Setelah sholat dzuhur berdua dengan Asih aku kemudian makan sendirian. Kalau siang
seperti ini rumah selalu sepi, hanya aku berdua dengan Asih saja. Mereka biasanya
makan di kampus masing-masing dan Yazid makan di cafetaria kantornya. Terus terang
aku kesepian, ingin rasanya aku segera mendapatkan cucu-cucu dari mereka. Dan kini
salah seorang dari mereka mengajukan keinginannya untuk menikah, tapi...kenapa Sarah
hendak nikah dengan seseorang yang telah beristri?.... Rasanya sejak semalam aku sulit
berpikir secara jernih, aku terlalu terbawa alam perasaanku. Diantara mereka berempat
aku tidak membeda-bedakan kasih sayangku. Aku selalu berusaha adil terhadap mereka.
Tapi tak dapat kupungkiri kalau Sarah menempati posisi yang lebih istimewa.
Perhatianku lebih tercurah ekstra pada Sarah. Karena Sarah hanya satu-satunya putri
tunggalku. Aku lebih melindungi Sarah dibandingkan dengan putra-putraku yang lain.
Timbul rasa was-was dalam hatiku, bagaimana kalau seandainya suaminya nanti tak
dapat berlaku adil, bagaimana kalau seandainya madu Sarah tidak memperlakukannya
dengan baik karena merasa mendapat saingan dan bagaimana kalau nanti Sarah tidak
bahagia. Semua itu menjadi beban pikiranku. Aku menyayangi Sarah, dan wajar bila
sebagai seorang ibu aku ingin melihat anak-anakku bahagia. Aku menjadi tidak berselera
makan. Tiba-tiba...

" Assalamu'alaikum,...", suara Zakly kudengar dari teras depan.

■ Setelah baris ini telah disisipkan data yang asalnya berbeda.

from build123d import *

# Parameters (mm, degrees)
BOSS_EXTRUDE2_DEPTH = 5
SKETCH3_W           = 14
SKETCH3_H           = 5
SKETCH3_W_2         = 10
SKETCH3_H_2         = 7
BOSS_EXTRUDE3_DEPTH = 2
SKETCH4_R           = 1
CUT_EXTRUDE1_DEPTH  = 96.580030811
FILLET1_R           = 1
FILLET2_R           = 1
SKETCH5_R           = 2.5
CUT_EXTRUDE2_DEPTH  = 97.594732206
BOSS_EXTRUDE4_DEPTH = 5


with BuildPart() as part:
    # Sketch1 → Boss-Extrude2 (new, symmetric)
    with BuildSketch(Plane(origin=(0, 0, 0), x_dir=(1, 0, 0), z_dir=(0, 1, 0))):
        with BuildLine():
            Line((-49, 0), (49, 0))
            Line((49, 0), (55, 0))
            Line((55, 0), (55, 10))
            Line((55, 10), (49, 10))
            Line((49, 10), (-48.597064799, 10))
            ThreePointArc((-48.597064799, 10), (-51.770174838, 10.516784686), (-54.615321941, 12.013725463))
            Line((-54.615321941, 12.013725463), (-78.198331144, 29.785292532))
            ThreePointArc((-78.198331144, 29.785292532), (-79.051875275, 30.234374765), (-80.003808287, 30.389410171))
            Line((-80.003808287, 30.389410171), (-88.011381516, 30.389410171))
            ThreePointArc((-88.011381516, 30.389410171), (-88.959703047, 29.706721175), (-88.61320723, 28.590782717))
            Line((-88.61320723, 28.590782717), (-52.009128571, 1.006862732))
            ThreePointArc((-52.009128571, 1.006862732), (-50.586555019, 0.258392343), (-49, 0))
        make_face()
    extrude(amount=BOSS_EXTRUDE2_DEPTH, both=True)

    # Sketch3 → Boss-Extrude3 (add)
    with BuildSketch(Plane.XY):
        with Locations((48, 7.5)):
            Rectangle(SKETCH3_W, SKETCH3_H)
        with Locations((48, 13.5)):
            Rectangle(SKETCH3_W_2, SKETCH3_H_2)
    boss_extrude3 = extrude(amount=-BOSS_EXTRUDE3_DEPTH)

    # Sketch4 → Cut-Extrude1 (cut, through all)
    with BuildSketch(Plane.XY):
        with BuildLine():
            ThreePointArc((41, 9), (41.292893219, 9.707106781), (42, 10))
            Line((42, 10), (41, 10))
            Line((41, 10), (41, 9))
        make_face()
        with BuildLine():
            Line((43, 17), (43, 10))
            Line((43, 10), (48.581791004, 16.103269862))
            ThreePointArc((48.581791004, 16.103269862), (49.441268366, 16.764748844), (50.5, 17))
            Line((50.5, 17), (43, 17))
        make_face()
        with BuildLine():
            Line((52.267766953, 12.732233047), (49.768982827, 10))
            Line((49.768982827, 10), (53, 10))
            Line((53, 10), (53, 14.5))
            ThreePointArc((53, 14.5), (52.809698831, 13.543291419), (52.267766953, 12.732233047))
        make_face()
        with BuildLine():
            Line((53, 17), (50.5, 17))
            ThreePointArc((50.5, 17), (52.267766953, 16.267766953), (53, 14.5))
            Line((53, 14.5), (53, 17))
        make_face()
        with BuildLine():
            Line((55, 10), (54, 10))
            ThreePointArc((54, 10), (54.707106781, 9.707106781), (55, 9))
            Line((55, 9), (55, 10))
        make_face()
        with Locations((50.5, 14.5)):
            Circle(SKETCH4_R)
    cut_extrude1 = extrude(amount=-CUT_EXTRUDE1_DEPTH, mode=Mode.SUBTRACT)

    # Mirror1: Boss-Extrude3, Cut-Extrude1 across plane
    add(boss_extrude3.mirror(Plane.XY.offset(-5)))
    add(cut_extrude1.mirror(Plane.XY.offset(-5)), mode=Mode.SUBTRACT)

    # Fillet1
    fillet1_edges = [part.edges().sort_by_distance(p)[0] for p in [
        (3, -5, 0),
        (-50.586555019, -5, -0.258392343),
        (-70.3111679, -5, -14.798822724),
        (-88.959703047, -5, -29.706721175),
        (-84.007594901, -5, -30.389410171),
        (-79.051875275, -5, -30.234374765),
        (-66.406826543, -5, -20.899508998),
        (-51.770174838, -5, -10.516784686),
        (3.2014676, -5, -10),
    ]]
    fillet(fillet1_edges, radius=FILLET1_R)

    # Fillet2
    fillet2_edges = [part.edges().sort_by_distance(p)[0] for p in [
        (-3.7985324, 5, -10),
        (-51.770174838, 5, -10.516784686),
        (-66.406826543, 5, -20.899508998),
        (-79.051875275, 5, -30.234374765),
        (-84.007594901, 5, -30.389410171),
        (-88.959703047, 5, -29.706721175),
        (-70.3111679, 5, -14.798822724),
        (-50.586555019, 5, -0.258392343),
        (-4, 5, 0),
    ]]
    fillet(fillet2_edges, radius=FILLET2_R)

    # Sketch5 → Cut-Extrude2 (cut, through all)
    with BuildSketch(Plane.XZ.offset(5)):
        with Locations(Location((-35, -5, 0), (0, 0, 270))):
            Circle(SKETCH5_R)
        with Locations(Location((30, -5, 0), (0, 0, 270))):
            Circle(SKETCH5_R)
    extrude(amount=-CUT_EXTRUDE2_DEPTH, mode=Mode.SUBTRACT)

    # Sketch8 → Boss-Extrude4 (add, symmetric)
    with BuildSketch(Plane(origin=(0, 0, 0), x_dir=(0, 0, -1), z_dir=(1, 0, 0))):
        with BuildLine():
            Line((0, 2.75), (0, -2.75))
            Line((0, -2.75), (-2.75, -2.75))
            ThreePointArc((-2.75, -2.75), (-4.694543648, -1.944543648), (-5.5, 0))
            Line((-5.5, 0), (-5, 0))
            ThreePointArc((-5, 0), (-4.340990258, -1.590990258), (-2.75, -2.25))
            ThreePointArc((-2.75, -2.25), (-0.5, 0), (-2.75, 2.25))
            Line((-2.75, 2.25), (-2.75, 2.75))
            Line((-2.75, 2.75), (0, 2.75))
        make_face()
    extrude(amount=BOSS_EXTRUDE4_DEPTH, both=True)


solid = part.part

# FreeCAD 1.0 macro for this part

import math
import FreeCAD as App
import Part
import Sketcher

V = App.Vector
Q = App.Units.Quantity


def edges_at(feature, points):
    """Names of the edges that pass closest to the given points."""
    edges = feature.Shape.Edges
    near = lambda p: min(range(len(edges)), key=lambda i: edges[i].distToShape(Part.Vertex(*p))[0])
    return sorted({f"Edge{near(p) + 1}" for p in points})


def add_polygon(sketch, points):
    """Adds a closed chain of lines whose ends are joined by coincident constraints."""
    first, n = sketch.GeometryCount, len(points)
    for a, b in zip(points, points[1:] + points[:1]):
        sketch.addGeometry(Part.LineSegment(App.Vector(*a, 0), App.Vector(*b, 0)), False)
    for i in range(n):
        sketch.addConstraint(Sketcher.Constraint("Coincident", first + i, 2, first + (i + 1) % n, 1))

doc = App.newDocument("Part")
body = doc.addObject("PartDesign::Body", "Body")

# Sketch on XZ plane
sketch1 = body.newObject("Sketcher::SketchObject", "Sketch")
sketch1.AttachmentSupport = (doc.getObject("XZ_Plane"), [""])
sketch1.MapMode = "FlatFace"
sketch1.addGeometry(Part.LineSegment(V(-49, 0, 0), V(55, 0, 0)), False)
sketch1.addGeometry(Part.LineSegment(V(55, 0, 0), V(55, -10, 0)), False)
sketch1.addGeometry(Part.LineSegment(V(55, -10, 0), V(-48.597065, -10, 0)), False)
sketch1.addGeometry(Part.ArcOfCircle(Part.Circle(V(-48.597065, -20, 0), V(0, 0, 1), 10), math.radians(90), math.radians(127.000767)), False)
sketch1.addGeometry(Part.LineSegment(V(-54.615322, -12.013725, 0), V(-78.198331, -29.785293, 0)), False)
sketch1.addGeometry(Part.ArcOfCircle(Part.Circle(V(-80.003808, -27.38941, 0), V(0, 0, 1), 3), math.radians(-90), math.radians(-52.999233)), False)
sketch1.addGeometry(Part.LineSegment(V(-80.003808, -30.38941, 0), V(-88.011382, -30.38941, 0)), False)
sketch1.addGeometry(Part.ArcOfCircle(Part.Circle(V(-88.011382, -29.38941, 0), V(0, 0, 1), 1), math.radians(127.000767), math.radians(270)), False)
sketch1.addGeometry(Part.LineSegment(V(-88.613207, -28.590783, 0), V(-52.009129, -1.006863, 0)), False)
sketch1.addGeometry(Part.ArcOfCircle(Part.Circle(V(-49, -5, 0), V(0, 0, 1), 5), math.radians(90), math.radians(127.000767)), False)
sketch1.addConstraint(Sketcher.Constraint("Coincident", 0, 2, 1, 1))
sketch1.addConstraint(Sketcher.Constraint("Coincident", 1, 2, 2, 1))
sketch1.addConstraint(Sketcher.Constraint("Tangent", 2, 2, 3, 1))
sketch1.addConstraint(Sketcher.Constraint("Tangent", 3, 2, 4, 1))
sketch1.addConstraint(Sketcher.Constraint("Tangent", 4, 2, 5, 2))
sketch1.addConstraint(Sketcher.Constraint("Tangent", 5, 1, 6, 1))
sketch1.addConstraint(Sketcher.Constraint("Tangent", 6, 2, 7, 2))
sketch1.addConstraint(Sketcher.Constraint("Tangent", 7, 1, 8, 1))
sketch1.addConstraint(Sketcher.Constraint("Tangent", 8, 2, 9, 2))
sketch1.addConstraint(Sketcher.Constraint("Tangent", 9, 1, 0, 1))
sketch1.addConstraint(Sketcher.Constraint("Horizontal", 0))
sketch1.addConstraint(Sketcher.Constraint("Vertical", 1))
sketch1.addConstraint(Sketcher.Constraint("Horizontal", 2))
sketch1.addConstraint(Sketcher.Constraint("Horizontal", 6))
sketch1.addConstraint(Sketcher.Constraint("PointOnObject", 0, 2, -1))
sketch1.addConstraint(Sketcher.Constraint("Parallel", 4, 8))
sketch1.addConstraint(Sketcher.Constraint("Radius", 3, Q("10 mm")))
sketch1.addConstraint(Sketcher.Constraint("Radius", 5, Q("3 mm")))
sketch1.addConstraint(Sketcher.Constraint("Radius", 7, Q("1 mm")))
sketch1.addConstraint(Sketcher.Constraint("Radius", 9, Q("5 mm")))
sketch1.addConstraint(Sketcher.Constraint("DistanceX", 0, 1, 0, 2, Q("104 mm")))
sketch1.addConstraint(Sketcher.Constraint("DistanceY", 1, 2, 1, 1, Q("10 mm")))
sketch1.addConstraint(Sketcher.Constraint("DistanceX", 9, 3, -1, 1, Q("49 mm")))
sketch1.addConstraint(Sketcher.Constraint("DistanceX", 7, 1, 5, 3, Q("8.609399 mm")))
sketch1.addConstraint(Sketcher.Constraint("DistanceX", 2, 2, 2, 1, Q("103.597065 mm")))
sketch1.addConstraint(Sketcher.Constraint("DistanceX", 5, 3, -1, 1, Q("80.003808 mm")))
pad1 = body.newObject("PartDesign::Pad", "Pad")
pad1.Profile = sketch1
pad1.Length = 10
pad1.Midplane = True

# Sketch on XY plane
sketch2 = body.newObject("Sketcher::SketchObject", "Sketch001")
sketch2.AttachmentSupport = (doc.getObject("XY_Plane"), [""])
sketch2.MapMode = "FlatFace"
add_polygon(sketch2, [(41, 10), (41, 5), (55, 5), (55, 10), (53, 10), (53, 17), (43, 17), (43, 10)])  # lines 0-7
sketch2.addConstraint(Sketcher.Constraint("Vertical", 0))
sketch2.addConstraint(Sketcher.Constraint("Horizontal", 1))
sketch2.addConstraint(Sketcher.Constraint("Vertical", 2))
sketch2.addConstraint(Sketcher.Constraint("Horizontal", 3))
sketch2.addConstraint(Sketcher.Constraint("Vertical", 4))
sketch2.addConstraint(Sketcher.Constraint("Horizontal", 5))
sketch2.addConstraint(Sketcher.Constraint("Vertical", 6))
sketch2.addConstraint(Sketcher.Constraint("Horizontal", 7))
sketch2.addConstraint(Sketcher.Constraint("Horizontal", 3, 2, 6, 2))
sketch2.addConstraint(Sketcher.Constraint("Equal", 3, 7))
sketch2.addConstraint(Sketcher.Constraint("DistanceX", 1, 1, 1, 2, Q("14 mm")))
sketch2.addConstraint(Sketcher.Constraint("DistanceX", 3, 2, 3, 1, Q("2 mm")))
sketch2.addConstraint(Sketcher.Constraint("DistanceY", 0, 2, 0, 1, Q("5 mm")))
sketch2.addConstraint(Sketcher.Constraint("DistanceY", 4, 1, 4, 2, Q("7 mm")))
sketch2.addConstraint(Sketcher.Constraint("DistanceX", -1, 1, 0, 2, Q("41 mm")))
sketch2.addConstraint(Sketcher.Constraint("DistanceY", -1, 1, 0, 2, Q("5 mm")))
pad2 = body.newObject("PartDesign::Pad", "Pad001")
pad2.Profile = sketch2
pad2.Length = 2
pad2.Reversed = True

# Sketch on XY plane
sketch3 = body.newObject("Sketcher::SketchObject", "Sketch002")
sketch3.AttachmentSupport = (doc.getObject("XY_Plane"), [""])
sketch3.MapMode = "FlatFace"
sketch3.addGeometry(Part.ArcOfCircle(Part.Circle(V(42, 9, 0), V(0, 0, 1), 1), math.radians(90), math.radians(180)), False)
sketch3.addGeometry(Part.LineSegment(V(42, 10, 0), V(41, 10, 0)), False)
sketch3.addGeometry(Part.LineSegment(V(41, 10, 0), V(41, 9, 0)), False)
sketch3.addGeometry(Part.LineSegment(V(43, 17, 0), V(43, 10, 0)), False)
sketch3.addGeometry(Part.LineSegment(V(43, 10, 0), V(48.581791, 16.10327, 0)), False)
sketch3.addGeometry(Part.ArcOfCircle(Part.Circle(V(50.5, 14.5, 0), V(0, 0, 1), 2.5), math.radians(90), math.radians(140.110581)), False)
sketch3.addGeometry(Part.LineSegment(V(50.5, 17, 0), V(43, 17, 0)), False)
sketch3.addGeometry(Part.LineSegment(V(52.267767, 12.732233, 0), V(49.768983, 10, 0)), False)
sketch3.addGeometry(Part.LineSegment(V(49.768983, 10, 0), V(53, 10, 0)), False)
sketch3.addGeometry(Part.LineSegment(V(53, 10, 0), V(53, 14.5, 0)), False)
sketch3.addGeometry(Part.ArcOfCircle(Part.Circle(V(50.5, 14.5, 0), V(0, 0, 1), 2.5), math.radians(-45), math.radians(0)), False)
sketch3.addGeometry(Part.LineSegment(V(53, 17, 0), V(50.5, 17, 0)), False)
sketch3.addGeometry(Part.ArcOfCircle(Part.Circle(V(50.5, 14.5, 0), V(0, 0, 1), 2.5), math.radians(0), math.radians(90)), False)
sketch3.addGeometry(Part.LineSegment(V(53, 14.5, 0), V(53, 17, 0)), False)
sketch3.addGeometry(Part.LineSegment(V(55, 10, 0), V(54, 10, 0)), False)
sketch3.addGeometry(Part.ArcOfCircle(Part.Circle(V(54, 9, 0), V(0, 0, 1), 1), math.radians(0), math.radians(90)), False)
sketch3.addGeometry(Part.LineSegment(V(55, 9, 0), V(55, 10, 0)), False)
sketch3.addGeometry(Part.Circle(V(50.5, 14.5, 0), V(0, 0, 1), 1), False)
sketch3.addConstraint(Sketcher.Constraint("Tangent", 0, 1, 1, 1))
sketch3.addConstraint(Sketcher.Constraint("Coincident", 1, 2, 2, 1))
sketch3.addConstraint(Sketcher.Constraint("Tangent", 2, 2, 0, 2))
sketch3.addConstraint(Sketcher.Constraint("Coincident", 3, 2, 4, 1))
sketch3.addConstraint(Sketcher.Constraint("Coincident", 4, 2, 5, 2))
sketch3.addConstraint(Sketcher.Constraint("Tangent", 5, 1, 6, 1))
sketch3.addConstraint(Sketcher.Constraint("Coincident", 6, 2, 3, 1))
sketch3.addConstraint(Sketcher.Constraint("Coincident", 7, 2, 8, 1))
sketch3.addConstraint(Sketcher.Constraint("Coincident", 8, 2, 9, 1))
sketch3.addConstraint(Sketcher.Constraint("Tangent", 9, 2, 10, 2))
sketch3.addConstraint(Sketcher.Constraint("Coincident", 10, 1, 7, 1))
sketch3.addConstraint(Sketcher.Constraint("Tangent", 11, 2, 12, 2))
sketch3.addConstraint(Sketcher.Constraint("Tangent", 12, 1, 13, 1))
sketch3.addConstraint(Sketcher.Constraint("Coincident", 13, 2, 11, 1))
sketch3.addConstraint(Sketcher.Constraint("Tangent", 14, 2, 15, 2))
sketch3.addConstraint(Sketcher.Constraint("Tangent", 15, 1, 16, 1))
sketch3.addConstraint(Sketcher.Constraint("Coincident", 16, 2, 14, 1))
sketch3.addConstraint(Sketcher.Constraint("Horizontal", 1))
sketch3.addConstraint(Sketcher.Constraint("Vertical", 2))
sketch3.addConstraint(Sketcher.Constraint("Vertical", 3))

" Wa'alaikumussalam,... loh kog sudah pulang ? ", tanyaku.
" Iya mi, dosennya nggak ada... lagi pula siang ini sudah nggak ada kuliah lagi kog ",
jawab Zakly seraya mencium tanganku.
" Ayo makan sekalian,...ummi baru saja mulai ".
" Sebentar mi, cuci tangan dulu... ".

Seperti kebiasaan mereka sejak kecil, setiap pulang sekolah waktu makan siang mereka
akan bercerita tentang kejadian mereka di sekolah hari itu. Dan hingga kini meskipun
mereka telah beranjak dewasa kebiasaan itu tetap terbawa. Zakly sedang bercerita tentang
susahnya mencari dosen pembimbingnya untuk skripsi. Tapi aku hanya menanggapi
setengah hati, konsentrasiku tidak terpusat seutuhnya pada apa yang dibicarakannya.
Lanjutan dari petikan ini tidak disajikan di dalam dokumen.